Say we have a sequence of numbers \(a_n\). Then there is just one definition of a “limit”, namely
\(a_n \rightarrow a\) iff for every \(\epsilon >0\) there exists an \(n_\epsilon\) such that \(|a_n -a|<\epsilon\) for all \(n>n_\epsilon\).
say \(a_n =(1+1/n)^n\). Show that \(a_n \rightarrow e\)

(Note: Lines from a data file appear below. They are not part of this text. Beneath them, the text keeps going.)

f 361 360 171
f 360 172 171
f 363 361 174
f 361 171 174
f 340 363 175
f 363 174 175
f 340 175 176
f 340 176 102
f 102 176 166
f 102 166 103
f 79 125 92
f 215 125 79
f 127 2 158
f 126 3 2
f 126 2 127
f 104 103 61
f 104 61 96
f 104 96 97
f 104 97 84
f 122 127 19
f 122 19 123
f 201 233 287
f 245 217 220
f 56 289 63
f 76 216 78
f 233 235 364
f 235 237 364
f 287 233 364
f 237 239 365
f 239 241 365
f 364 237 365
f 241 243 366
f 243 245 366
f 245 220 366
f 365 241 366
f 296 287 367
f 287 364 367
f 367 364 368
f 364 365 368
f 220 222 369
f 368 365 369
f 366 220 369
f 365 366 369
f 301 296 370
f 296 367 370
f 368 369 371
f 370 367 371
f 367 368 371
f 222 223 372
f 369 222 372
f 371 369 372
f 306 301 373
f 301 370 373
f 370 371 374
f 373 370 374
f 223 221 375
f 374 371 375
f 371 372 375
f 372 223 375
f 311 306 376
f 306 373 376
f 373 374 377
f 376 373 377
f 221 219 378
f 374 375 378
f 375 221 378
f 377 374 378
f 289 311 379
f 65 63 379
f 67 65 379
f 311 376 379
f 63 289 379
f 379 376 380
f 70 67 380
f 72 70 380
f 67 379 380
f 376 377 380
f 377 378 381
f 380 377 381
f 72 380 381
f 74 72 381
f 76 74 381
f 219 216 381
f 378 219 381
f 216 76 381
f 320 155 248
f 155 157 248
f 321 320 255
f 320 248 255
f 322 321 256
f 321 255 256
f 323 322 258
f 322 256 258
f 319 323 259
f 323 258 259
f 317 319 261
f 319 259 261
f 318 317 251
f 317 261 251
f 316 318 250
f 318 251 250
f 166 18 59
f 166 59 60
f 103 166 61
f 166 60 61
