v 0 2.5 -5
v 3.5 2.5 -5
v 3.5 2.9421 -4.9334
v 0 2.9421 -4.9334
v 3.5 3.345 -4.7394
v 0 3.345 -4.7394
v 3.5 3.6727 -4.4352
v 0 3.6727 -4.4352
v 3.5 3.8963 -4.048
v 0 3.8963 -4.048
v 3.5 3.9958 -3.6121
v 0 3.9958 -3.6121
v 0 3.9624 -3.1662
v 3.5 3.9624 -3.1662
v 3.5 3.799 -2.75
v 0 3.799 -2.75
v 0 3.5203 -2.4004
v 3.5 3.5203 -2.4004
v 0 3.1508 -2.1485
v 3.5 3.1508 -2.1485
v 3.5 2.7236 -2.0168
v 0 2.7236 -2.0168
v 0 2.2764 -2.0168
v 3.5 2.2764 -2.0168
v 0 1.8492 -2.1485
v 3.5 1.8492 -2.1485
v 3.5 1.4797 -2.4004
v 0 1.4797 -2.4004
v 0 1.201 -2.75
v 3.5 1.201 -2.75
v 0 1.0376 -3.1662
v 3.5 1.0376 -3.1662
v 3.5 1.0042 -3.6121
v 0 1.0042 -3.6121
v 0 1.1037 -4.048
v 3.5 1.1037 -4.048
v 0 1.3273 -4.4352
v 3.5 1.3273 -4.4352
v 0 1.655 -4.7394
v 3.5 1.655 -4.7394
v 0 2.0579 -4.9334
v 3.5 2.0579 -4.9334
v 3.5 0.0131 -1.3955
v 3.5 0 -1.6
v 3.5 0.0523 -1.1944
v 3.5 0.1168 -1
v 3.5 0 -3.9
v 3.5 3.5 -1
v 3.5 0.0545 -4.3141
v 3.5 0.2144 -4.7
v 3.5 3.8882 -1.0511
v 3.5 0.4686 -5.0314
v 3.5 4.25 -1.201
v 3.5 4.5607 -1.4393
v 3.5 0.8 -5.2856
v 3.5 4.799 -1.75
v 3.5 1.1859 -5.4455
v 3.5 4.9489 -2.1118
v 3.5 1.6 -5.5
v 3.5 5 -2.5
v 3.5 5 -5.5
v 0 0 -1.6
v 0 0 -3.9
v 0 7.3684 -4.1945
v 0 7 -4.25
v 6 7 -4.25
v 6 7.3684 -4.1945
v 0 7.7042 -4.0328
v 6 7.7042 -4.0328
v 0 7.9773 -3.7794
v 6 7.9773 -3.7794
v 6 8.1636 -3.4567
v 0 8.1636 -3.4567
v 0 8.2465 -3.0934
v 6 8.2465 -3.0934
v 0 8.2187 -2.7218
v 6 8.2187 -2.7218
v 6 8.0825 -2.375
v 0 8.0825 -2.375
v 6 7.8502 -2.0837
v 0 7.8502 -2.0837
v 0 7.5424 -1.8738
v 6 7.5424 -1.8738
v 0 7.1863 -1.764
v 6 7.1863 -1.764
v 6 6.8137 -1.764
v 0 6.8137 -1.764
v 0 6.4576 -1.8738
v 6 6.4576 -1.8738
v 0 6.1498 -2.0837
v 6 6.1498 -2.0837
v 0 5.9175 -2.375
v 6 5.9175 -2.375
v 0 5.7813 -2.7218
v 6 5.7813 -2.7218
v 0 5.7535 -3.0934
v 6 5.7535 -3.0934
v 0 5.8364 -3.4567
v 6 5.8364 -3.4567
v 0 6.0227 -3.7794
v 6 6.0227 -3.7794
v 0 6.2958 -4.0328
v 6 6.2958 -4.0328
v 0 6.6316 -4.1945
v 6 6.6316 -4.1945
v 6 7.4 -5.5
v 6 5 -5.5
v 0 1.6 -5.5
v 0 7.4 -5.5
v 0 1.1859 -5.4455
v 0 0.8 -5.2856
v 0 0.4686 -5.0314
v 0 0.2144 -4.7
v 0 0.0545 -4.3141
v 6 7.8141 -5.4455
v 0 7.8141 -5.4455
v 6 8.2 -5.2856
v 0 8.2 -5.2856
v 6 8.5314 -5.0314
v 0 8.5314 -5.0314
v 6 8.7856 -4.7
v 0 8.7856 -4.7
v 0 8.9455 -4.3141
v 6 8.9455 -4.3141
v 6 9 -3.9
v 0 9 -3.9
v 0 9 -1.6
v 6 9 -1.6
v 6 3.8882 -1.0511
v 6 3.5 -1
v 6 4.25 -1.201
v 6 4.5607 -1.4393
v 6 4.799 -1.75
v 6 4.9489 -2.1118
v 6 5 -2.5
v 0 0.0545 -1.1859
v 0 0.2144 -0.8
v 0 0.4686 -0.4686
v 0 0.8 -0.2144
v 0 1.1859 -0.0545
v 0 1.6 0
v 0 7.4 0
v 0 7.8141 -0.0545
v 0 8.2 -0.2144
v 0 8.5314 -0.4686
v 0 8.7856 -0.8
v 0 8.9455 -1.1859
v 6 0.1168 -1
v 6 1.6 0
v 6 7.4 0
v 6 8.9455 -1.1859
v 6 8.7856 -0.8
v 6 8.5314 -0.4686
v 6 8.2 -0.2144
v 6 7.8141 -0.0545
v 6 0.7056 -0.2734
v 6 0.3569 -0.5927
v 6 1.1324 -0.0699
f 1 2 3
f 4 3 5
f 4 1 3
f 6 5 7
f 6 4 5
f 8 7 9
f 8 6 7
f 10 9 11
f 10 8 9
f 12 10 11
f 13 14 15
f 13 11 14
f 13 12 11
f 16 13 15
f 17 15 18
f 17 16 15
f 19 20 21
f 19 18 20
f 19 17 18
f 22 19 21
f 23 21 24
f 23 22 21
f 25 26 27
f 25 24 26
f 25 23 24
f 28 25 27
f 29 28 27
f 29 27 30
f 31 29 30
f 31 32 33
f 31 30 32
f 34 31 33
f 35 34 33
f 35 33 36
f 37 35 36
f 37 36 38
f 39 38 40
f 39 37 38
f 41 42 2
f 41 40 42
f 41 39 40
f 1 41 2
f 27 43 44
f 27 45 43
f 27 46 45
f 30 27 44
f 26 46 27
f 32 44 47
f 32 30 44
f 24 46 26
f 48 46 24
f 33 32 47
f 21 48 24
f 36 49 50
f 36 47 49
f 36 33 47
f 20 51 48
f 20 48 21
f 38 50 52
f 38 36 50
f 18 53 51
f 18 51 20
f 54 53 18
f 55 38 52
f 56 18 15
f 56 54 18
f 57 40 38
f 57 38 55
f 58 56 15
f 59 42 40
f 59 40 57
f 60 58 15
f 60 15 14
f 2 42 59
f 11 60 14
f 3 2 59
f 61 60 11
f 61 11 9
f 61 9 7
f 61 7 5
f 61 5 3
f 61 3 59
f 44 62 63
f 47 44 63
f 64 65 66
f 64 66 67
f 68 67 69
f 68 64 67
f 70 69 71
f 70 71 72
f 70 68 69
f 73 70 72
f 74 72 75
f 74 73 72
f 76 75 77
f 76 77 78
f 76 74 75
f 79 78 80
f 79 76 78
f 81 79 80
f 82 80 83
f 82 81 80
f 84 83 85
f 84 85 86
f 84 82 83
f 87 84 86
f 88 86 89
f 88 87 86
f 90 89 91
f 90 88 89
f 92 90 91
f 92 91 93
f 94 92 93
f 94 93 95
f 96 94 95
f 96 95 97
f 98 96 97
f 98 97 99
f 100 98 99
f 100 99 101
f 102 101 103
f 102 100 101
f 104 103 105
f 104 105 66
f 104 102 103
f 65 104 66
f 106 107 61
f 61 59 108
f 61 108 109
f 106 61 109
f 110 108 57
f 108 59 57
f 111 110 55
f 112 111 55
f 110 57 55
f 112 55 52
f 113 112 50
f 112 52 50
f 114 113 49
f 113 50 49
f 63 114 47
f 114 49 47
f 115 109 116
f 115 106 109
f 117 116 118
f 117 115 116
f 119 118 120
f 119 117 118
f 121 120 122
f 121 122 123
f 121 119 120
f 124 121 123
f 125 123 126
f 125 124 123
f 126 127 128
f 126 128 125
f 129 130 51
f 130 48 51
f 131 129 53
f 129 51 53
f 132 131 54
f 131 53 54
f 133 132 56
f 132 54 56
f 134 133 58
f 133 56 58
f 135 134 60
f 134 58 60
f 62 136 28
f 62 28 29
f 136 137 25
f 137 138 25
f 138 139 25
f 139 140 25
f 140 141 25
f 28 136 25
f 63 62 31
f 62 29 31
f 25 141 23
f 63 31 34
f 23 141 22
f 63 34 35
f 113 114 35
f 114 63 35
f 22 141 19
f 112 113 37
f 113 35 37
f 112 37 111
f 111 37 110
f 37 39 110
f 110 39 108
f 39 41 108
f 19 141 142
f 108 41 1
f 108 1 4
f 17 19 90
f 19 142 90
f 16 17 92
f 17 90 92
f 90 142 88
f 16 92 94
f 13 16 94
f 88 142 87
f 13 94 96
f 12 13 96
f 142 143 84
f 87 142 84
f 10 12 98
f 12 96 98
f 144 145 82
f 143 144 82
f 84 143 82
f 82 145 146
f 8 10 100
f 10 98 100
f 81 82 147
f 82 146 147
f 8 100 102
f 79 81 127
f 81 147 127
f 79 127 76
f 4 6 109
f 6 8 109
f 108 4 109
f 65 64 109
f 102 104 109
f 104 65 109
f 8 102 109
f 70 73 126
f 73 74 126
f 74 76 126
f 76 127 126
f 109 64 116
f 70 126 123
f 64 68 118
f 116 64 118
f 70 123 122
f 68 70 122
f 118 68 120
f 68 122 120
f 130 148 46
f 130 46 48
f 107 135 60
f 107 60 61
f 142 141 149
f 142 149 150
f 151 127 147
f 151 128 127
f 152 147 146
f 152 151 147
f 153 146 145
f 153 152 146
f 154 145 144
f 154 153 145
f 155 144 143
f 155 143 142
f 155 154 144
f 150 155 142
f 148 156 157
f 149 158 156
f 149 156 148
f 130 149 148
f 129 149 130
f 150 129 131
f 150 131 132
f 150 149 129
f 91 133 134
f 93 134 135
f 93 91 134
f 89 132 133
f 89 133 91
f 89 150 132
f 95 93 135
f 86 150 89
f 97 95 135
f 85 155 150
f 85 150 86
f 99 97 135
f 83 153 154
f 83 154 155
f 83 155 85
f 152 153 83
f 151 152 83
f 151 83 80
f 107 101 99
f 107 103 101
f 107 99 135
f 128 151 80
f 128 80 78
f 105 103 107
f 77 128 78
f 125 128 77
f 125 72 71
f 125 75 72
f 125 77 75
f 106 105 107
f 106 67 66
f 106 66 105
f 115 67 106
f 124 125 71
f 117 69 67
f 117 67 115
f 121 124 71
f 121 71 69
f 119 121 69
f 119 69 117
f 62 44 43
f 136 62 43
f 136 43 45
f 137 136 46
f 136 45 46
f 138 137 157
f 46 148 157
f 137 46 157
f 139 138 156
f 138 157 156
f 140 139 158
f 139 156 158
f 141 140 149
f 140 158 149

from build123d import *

# Parameters (mm, degrees)
SKETCH1_W           = 5.5
SKETCH1_H           = 9
SKETCH1_R           = 1.5
SKETCH1_R_2         = 1.25
BOSS_EXTRUDE1_DEPTH = 6
SKETCH2_W           = 4.5
SKETCH2_H           = 5
CUT_EXTRUDE1_DEPTH  = 2.5
FILLET1_R           = 1.5
FILLET2_R           = 1.6


with BuildPart() as part:
    # Sketch1 → Boss-Extrude1 (new body)
    with BuildSketch(Plane(origin=(0, 0, 0), x_dir=(0, 0, -1), z_dir=(1, 0, 0))):
        with Locations((2.75, 4.5)):
            Rectangle(SKETCH1_W, SKETCH1_H)
        with Locations((3.5, 2.5)):
            Circle(SKETCH1_R, mode=Mode.SUBTRACT)
        with Locations((3, 7)):
            Circle(SKETCH1_R_2, mode=Mode.SUBTRACT)
    extrude(amount=BOSS_EXTRUDE1_DEPTH)

    # Sketch2 → Cut-Extrude1 (cut)
    with BuildSketch(Plane(origin=(6, 0, 0), x_dir=(0, 0, -1), z_dir=(1, 0, 0))):
        with Locations((3.25, 2.5)):
            Rectangle(SKETCH2_W, SKETCH2_H)
    extrude(amount=-CUT_EXTRUDE1_DEPTH, mode=Mode.SUBTRACT)

    # Fillet1
    fillet1_edges = [part.edges().sort_by_distance(p)[0] for p in [
        (4.75, 5, -1),
    ]]
    fillet(fillet1_edges, radius=FILLET1_R)

    # Fillet2
    fillet2_edges = [part.edges().sort_by_distance(p)[0] for p in [
        (3, 9, 0),
        (3, 0, 0),
        (1.75, 0, -5.5),
        (3, 9, -5.5),
    ]]
    fillet(fillet2_edges, radius=FILLET2_R)


solid = part.part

Fix n, and let t be such that \(1 \le t \le 1+1/n\). Then
\[ \begin{aligned} &\frac1{1+\frac1n} \le \frac1t\le 1 \\ &\int_1^{1+\frac1n} \frac1{1+\frac1n} dt \le \int_1^{1+\frac1n}\frac1t dt\le \int_1^{1+\frac1n}1dt \\ &\frac1{1+\frac1n}\frac1n \le \log(t)|_1^{1+\frac1n}\le \frac1n \\ &\frac1{1+\frac1n}\frac1n \le \log(1+\frac1n)\le \frac1n \\ &\frac1{1+n} \le \log(1+\frac1n)\le \frac1n \\ &\exp(\frac1{1+n})\le 1+\frac1n\le \exp(\frac1n) \end{aligned} \]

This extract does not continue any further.